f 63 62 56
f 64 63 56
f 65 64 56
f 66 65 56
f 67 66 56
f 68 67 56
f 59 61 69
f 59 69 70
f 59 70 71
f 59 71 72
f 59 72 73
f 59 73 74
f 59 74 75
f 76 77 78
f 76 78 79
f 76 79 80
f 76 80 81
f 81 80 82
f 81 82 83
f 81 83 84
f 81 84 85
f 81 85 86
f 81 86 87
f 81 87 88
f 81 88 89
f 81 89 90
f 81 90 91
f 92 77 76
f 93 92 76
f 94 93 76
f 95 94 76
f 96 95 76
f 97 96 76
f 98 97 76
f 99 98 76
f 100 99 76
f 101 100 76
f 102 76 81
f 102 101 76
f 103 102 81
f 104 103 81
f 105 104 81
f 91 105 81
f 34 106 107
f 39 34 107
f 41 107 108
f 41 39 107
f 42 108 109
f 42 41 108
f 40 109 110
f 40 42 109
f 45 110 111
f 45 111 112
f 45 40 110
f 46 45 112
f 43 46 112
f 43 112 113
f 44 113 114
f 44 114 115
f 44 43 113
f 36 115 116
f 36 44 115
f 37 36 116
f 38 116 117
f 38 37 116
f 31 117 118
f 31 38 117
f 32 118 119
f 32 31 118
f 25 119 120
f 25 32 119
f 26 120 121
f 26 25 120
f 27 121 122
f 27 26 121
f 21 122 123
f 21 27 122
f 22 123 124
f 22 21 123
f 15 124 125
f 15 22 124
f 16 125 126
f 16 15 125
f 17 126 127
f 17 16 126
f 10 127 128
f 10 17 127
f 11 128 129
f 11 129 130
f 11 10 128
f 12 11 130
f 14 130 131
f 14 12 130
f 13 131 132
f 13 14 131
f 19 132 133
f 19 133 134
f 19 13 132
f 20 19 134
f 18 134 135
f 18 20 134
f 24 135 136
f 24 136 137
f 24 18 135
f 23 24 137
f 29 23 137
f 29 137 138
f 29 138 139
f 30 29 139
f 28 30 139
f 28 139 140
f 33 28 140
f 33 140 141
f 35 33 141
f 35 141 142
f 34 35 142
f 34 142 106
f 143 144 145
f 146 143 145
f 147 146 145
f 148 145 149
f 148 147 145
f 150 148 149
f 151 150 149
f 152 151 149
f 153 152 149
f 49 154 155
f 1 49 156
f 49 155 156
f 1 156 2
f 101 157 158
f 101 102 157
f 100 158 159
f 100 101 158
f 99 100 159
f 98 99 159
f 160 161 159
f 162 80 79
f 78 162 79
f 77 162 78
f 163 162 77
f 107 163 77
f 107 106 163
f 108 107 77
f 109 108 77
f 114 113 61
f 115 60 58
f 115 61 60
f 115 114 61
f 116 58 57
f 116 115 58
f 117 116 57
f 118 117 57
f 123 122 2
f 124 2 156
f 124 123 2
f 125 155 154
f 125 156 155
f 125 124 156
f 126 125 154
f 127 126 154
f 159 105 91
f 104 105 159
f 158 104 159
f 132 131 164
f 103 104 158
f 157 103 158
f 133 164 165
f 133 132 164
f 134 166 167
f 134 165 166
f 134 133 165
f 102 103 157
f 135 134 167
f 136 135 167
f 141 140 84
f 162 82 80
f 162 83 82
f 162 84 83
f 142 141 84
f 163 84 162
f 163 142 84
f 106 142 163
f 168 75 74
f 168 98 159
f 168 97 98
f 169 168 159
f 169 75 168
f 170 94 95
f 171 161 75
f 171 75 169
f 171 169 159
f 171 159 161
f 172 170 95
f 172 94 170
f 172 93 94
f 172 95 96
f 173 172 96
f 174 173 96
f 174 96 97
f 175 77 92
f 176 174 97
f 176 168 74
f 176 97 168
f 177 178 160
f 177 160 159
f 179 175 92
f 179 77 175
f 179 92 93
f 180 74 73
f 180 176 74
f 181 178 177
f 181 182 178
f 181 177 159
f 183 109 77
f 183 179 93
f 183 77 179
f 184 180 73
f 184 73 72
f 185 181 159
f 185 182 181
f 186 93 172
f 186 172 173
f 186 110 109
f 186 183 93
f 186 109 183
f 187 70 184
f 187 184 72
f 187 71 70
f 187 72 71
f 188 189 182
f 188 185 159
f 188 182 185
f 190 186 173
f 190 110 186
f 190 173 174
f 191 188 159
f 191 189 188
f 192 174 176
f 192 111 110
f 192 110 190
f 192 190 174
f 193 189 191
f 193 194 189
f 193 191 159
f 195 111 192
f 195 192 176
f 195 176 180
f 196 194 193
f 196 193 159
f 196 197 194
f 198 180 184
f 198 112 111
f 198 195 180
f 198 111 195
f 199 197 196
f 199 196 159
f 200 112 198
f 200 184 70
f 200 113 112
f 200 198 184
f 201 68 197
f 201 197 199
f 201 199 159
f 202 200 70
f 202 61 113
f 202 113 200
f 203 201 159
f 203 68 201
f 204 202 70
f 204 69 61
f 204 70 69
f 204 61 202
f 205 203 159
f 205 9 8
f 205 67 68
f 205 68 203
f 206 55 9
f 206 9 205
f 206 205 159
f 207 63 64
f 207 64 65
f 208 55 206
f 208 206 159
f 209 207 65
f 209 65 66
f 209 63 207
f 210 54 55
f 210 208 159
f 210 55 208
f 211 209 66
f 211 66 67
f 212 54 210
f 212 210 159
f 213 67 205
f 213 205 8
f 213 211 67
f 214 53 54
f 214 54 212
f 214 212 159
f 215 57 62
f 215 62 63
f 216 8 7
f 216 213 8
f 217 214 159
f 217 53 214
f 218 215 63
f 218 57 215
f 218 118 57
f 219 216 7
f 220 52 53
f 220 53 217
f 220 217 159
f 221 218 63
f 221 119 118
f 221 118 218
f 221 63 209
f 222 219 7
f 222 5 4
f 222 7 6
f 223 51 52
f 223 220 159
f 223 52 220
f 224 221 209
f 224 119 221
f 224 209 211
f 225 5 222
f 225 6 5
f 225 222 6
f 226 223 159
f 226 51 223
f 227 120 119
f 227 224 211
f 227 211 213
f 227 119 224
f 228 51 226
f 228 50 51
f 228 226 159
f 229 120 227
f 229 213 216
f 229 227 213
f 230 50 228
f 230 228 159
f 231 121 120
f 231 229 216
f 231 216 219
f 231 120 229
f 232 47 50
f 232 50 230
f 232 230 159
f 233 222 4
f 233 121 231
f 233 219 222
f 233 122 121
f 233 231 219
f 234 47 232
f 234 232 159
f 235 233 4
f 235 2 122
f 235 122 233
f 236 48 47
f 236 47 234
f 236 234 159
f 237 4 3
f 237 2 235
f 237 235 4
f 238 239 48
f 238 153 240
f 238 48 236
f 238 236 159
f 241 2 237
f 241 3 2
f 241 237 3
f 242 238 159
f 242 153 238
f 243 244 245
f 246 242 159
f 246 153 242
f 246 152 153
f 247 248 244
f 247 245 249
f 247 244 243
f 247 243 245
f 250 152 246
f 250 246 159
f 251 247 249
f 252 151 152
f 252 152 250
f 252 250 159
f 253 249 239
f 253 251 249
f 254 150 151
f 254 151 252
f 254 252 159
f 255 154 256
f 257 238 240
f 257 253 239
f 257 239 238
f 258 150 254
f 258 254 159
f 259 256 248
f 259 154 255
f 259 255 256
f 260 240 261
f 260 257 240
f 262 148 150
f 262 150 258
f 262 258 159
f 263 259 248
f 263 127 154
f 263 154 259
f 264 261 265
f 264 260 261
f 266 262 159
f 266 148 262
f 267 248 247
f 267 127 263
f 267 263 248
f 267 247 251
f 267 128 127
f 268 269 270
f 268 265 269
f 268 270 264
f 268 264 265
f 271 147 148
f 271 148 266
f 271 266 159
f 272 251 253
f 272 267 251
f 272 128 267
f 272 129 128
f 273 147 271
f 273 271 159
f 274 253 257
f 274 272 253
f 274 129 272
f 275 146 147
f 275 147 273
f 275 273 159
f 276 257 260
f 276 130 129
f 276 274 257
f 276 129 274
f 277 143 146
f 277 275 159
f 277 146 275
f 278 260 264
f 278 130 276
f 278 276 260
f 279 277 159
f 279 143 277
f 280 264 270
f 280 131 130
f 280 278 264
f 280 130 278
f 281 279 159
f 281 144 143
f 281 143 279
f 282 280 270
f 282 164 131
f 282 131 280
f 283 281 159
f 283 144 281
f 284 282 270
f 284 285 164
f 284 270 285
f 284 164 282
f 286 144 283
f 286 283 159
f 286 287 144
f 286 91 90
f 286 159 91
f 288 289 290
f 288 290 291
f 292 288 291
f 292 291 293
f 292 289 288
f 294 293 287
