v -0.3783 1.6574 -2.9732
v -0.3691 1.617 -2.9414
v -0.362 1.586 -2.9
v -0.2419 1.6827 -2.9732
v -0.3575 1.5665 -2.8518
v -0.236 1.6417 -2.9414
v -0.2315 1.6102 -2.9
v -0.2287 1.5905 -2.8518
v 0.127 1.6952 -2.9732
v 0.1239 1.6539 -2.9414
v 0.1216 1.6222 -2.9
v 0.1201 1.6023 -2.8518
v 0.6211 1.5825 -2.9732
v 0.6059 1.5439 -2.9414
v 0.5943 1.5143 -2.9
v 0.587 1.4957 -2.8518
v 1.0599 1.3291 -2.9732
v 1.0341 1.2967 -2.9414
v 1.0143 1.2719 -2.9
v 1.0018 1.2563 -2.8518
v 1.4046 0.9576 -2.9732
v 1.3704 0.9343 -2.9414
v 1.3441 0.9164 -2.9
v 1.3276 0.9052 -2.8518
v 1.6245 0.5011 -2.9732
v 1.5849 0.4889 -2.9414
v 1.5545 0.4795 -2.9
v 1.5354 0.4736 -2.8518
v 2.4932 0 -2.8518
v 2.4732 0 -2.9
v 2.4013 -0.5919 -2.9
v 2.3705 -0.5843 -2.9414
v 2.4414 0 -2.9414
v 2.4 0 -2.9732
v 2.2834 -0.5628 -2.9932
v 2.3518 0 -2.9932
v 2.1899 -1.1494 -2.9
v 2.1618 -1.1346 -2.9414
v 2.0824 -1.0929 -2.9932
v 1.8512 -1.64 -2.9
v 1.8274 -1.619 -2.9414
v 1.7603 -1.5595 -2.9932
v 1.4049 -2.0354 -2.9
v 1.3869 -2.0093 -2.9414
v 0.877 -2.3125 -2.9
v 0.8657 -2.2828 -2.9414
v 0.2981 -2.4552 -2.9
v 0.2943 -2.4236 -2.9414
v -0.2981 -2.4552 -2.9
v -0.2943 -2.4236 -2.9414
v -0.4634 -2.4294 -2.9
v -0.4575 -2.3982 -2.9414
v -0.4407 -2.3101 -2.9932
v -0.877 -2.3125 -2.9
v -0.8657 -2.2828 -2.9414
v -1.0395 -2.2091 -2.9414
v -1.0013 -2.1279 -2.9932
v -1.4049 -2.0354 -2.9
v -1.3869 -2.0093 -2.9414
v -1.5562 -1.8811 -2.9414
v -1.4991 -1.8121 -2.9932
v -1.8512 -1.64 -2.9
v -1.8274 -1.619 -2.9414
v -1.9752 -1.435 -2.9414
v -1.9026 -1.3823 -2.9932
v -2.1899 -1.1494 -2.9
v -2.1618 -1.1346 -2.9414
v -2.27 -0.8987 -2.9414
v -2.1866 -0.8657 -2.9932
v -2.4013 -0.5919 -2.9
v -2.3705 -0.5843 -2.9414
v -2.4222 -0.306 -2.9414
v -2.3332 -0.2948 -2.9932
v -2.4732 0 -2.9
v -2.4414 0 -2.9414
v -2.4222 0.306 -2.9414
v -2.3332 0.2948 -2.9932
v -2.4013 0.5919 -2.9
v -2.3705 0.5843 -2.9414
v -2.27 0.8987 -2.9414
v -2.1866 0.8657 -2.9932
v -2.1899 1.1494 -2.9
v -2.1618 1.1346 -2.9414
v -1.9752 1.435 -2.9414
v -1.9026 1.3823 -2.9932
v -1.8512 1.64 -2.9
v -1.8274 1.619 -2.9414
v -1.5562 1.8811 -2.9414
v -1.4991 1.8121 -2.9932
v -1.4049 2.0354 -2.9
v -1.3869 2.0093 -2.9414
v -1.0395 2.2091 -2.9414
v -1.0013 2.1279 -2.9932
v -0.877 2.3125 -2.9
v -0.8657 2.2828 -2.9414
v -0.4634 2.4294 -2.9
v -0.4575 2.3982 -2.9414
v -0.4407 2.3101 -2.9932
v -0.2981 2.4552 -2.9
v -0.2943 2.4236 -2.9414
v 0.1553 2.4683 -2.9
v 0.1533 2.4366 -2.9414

----

## What the task asks
Lines wanted from the listing above: the line with "f 192 110 190" up to and including the line with "f 206 9 205". Please write them out exactly, adding nothing else.

## Exercise answer
f 192 110 190
f 192 190 174
f 193 189 191
f 193 194 189
f 193 191 159
f 195 111 192
f 195 192 176
f 195 176 180
f 196 194 193
f 196 193 159
f 196 197 194
f 198 180 184
f 198 112 111
f 198 195 180
f 198 111 195
f 199 197 196
f 199 196 159
f 200 112 198
f 200 184 70
f 200 113 112
f 200 198 184
f 201 68 197
f 201 197 199
f 201 199 159
f 202 200 70
f 202 61 113
f 202 113 200
f 203 201 159
f 203 68 201
f 204 202 70
f 204 69 61
f 204 70 69
f 204 61 202
f 205 203 159
f 205 9 8
f 205 67 68
f 205 68 203
f 206 55 9
f 206 9 205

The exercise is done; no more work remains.